MedTech: 5 key steps toward a next-gen revenue stream

Healthcare providers are investing in MedTech equipment. We explain what manufacturers can do to turn an equipment sale into recurring revenue.

According to a recent report from Precedence Research, global medical equipment maintenance is set to become a $130 billion industry by 2032. MedTech manufacturers are in a prime position to capture a large portion of this market—if they can offer next-gen services that help healthcare providers that are investing in MedTech equipment maximize their return.

While most modern commercial equipment includes built-in monitoring services, manufacturers can enhance this capability by integrating additional data from Internet of Things (IoT) devices and customer relationship management (CRM) systems, including Salesforce. By creating such a “system of systems,” MedTech manufacturers can establish a clearer and more complete view of device status, enabling them to alert users to potential issues that could disrupt service. This proactive approach helps providers maximize their investments—and unlocks a significant revenue stream for manufacturers.

Meeting healthcare providers’ needs

Before healthcare providers invest in MedTech equipment, they perform a robust cost-benefit analysis. However, one cost often overlooked is equipment downtime.

A recent study from Siemens found that the cost of equipment downtime has increased at least 50% since 2019 across all sectors. In some industries, the cost of a single piece of equipment unexpectedly going offline could reach $2 million per hour.

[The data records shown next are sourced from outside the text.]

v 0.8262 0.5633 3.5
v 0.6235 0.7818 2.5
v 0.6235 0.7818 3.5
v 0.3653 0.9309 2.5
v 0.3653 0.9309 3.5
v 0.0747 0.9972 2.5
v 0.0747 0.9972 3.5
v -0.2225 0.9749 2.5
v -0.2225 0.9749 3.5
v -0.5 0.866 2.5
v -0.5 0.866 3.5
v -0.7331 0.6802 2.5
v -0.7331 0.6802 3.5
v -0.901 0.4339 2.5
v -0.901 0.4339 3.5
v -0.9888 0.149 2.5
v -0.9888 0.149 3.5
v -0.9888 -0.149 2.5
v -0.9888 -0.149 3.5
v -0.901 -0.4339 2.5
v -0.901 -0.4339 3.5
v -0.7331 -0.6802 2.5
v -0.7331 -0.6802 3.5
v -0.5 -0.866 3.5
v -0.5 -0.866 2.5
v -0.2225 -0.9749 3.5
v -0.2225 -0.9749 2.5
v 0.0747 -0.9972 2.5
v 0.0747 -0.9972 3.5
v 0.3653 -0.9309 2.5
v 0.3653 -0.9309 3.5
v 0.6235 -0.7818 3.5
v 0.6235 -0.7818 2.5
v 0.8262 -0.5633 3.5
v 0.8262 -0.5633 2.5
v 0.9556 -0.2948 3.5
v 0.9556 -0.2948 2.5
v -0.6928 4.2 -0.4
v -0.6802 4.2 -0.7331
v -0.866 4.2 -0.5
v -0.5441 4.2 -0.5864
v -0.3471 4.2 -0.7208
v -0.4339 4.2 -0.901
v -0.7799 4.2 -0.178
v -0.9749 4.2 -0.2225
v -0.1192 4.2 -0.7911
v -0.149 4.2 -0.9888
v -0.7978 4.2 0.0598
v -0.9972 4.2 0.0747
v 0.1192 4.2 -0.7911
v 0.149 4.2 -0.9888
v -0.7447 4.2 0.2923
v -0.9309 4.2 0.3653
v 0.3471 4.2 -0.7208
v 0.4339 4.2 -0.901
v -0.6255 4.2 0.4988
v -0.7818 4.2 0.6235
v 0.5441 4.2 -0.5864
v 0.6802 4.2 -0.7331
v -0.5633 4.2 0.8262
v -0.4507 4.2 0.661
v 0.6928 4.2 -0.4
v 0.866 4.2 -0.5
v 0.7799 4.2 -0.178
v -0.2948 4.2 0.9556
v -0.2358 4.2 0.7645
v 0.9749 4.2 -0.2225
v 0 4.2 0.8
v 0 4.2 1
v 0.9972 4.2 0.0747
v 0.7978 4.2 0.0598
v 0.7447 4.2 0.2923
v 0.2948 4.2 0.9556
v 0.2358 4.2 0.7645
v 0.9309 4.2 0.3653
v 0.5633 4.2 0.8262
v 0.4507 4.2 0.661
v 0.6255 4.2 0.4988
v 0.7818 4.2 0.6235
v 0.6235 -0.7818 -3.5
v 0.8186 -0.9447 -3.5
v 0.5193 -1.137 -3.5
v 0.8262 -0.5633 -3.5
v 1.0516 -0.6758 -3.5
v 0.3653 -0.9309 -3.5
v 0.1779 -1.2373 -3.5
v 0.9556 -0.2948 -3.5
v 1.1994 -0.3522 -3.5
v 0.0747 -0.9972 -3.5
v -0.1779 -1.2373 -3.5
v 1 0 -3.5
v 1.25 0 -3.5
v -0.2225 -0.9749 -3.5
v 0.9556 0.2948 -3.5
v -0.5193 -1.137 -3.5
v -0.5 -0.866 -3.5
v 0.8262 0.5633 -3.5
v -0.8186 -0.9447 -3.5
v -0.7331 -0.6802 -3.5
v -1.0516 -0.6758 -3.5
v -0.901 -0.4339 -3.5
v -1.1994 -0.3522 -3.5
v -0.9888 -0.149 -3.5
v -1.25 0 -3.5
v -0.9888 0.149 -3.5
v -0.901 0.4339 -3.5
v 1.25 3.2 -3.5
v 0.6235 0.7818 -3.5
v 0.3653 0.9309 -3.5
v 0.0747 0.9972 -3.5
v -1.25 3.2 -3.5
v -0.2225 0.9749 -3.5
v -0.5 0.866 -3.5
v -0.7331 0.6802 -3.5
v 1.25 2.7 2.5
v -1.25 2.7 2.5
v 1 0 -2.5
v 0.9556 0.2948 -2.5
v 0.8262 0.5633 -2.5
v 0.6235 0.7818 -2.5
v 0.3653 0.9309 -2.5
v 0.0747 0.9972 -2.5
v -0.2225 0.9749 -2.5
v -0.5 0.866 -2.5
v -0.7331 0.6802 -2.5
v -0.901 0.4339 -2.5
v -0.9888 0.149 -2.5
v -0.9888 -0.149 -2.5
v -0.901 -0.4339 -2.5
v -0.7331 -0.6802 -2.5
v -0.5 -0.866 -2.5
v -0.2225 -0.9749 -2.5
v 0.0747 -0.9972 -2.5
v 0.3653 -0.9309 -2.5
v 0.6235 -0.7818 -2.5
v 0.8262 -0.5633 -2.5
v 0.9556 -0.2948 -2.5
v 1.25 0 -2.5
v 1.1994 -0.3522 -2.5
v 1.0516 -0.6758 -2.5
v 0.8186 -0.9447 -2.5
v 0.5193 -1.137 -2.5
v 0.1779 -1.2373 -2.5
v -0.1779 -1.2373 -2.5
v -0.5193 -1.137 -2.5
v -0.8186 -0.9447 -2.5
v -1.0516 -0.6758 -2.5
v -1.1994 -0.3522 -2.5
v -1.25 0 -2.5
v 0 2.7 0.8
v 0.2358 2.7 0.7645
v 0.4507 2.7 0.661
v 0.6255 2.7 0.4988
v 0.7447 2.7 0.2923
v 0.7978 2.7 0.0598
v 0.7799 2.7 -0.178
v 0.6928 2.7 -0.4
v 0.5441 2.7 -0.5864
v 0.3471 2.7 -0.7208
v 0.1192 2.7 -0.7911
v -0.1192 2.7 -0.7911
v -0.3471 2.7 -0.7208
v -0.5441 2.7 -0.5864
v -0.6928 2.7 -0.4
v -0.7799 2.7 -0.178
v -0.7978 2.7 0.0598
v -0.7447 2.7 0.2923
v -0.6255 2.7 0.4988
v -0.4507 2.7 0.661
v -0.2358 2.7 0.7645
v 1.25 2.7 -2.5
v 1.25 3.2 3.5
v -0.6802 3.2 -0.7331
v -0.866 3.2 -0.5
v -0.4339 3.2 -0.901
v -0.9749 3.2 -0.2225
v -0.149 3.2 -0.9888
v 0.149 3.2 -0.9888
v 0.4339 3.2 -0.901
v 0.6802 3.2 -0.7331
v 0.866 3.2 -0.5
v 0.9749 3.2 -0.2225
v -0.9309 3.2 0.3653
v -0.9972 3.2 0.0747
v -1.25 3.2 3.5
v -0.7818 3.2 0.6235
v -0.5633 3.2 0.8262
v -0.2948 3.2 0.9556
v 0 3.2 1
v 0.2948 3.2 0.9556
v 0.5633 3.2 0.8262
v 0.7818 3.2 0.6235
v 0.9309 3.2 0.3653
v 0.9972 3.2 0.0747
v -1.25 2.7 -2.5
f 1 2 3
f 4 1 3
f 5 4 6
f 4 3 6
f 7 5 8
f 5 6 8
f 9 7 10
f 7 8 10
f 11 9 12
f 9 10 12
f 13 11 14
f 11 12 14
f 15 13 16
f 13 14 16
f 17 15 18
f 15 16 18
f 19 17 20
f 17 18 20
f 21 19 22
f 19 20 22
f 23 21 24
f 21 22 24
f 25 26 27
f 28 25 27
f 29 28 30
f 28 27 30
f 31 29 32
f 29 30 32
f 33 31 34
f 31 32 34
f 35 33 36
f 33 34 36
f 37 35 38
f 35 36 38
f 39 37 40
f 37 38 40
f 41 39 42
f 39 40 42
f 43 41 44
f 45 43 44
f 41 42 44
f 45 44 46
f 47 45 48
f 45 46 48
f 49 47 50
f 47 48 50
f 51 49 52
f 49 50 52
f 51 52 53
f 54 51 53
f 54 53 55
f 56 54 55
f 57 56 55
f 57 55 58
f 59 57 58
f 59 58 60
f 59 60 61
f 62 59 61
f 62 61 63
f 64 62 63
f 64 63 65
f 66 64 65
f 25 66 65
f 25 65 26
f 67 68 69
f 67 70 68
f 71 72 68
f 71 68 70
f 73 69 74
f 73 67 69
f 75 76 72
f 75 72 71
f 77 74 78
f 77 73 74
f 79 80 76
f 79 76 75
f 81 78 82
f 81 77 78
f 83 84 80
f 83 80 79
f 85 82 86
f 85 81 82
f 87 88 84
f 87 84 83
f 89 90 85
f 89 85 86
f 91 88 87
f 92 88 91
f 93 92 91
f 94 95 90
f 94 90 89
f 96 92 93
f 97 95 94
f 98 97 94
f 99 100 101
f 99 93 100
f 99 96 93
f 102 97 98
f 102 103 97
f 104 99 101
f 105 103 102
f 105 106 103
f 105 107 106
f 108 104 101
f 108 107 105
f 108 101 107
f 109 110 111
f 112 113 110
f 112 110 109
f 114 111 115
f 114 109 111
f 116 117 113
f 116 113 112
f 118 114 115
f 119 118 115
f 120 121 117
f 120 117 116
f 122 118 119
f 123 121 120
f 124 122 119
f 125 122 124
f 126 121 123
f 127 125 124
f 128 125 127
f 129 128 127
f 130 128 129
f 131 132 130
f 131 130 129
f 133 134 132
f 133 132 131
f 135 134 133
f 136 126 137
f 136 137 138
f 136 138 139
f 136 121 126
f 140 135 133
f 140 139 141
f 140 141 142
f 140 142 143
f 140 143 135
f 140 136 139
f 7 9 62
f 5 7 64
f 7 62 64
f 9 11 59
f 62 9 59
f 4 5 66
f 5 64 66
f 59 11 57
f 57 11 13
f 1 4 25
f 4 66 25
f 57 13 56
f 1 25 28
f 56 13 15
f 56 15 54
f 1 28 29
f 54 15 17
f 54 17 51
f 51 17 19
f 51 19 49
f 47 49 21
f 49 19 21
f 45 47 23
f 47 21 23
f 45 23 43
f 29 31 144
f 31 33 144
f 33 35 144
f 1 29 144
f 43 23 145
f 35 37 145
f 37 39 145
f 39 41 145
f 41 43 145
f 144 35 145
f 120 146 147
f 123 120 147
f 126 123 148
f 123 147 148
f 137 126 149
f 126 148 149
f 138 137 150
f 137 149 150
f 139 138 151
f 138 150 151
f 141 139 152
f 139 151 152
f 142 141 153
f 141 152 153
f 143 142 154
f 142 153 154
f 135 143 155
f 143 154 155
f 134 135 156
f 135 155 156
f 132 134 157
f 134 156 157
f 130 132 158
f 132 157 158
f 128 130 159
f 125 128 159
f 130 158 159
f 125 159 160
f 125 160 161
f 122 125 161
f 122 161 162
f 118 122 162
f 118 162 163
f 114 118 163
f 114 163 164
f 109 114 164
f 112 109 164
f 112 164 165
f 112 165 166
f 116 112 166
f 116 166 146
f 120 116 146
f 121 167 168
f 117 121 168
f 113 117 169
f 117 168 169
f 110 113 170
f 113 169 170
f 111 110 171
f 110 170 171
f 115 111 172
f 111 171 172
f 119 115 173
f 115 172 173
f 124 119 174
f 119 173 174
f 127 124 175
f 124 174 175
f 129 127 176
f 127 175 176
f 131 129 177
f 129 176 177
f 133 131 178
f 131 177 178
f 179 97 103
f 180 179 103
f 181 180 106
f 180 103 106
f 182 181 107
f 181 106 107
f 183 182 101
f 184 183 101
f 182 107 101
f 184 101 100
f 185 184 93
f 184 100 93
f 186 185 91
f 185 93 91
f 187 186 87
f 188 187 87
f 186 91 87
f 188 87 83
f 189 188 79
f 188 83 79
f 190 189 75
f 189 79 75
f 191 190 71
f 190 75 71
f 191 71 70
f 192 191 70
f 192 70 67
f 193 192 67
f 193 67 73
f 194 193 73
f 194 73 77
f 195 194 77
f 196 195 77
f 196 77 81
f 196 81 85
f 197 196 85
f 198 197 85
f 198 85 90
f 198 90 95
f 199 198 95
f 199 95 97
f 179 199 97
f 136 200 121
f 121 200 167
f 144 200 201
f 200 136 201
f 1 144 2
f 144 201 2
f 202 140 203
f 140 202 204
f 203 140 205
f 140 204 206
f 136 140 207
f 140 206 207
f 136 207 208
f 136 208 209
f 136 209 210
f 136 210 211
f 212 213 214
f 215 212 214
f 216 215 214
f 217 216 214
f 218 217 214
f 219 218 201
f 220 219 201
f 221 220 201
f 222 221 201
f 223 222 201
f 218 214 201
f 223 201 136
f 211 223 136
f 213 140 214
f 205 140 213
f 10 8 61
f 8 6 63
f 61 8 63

For healthcare providers, equipment downtime isn’t just a matter of money. Backlogs and disruptions also have an impact on the patient experience and potentially health outcomes.

Many healthcare executives recognize that maintaining healthy equipment is much like having a healthy body: early detection and preventative measures are the keys.

By helping providers know when and how to proactively service equipment, MedTech manufacturers can help their customers maximize the value of their investment by avoiding costly and inconvenient disruptions.

Improving maintenance and monitoring in MedTech

Here are some of the ways manufacturers can both improve customer experience and unlock new revenue streams:

1.    Data-enabled remote monitoring.

Most commercial MedTech equipment has built-in IoT capabilities for specific tasks, such as monitoring consumable levels and equipment status. Data from these sensors is transmitted to a remote monitoring system developed and overseen by the MedTech company.

This system serves as the foundation of the remote monitoring and proactive maintenance capabilities. Through the collection and analysis of sensor data embedded in medical devices, MedTech providers can remotely diagnose issues and alert customers to potential problems before they lead to downtime.

Establishing this proactive capability allows manufacturers to re-engage providers in the customer journey with a value-add service. In so doing, they can differentiate the experience and reach customers at a point when other service providers are not yet present, thus amplifying their revenue opportunity.

2.    Automated service request creation.

With the right data in hand, MedTech manufacturers now have a clearer sense of when equipment needs to be serviced, which means they can schedule service visits before functionality is disrupted.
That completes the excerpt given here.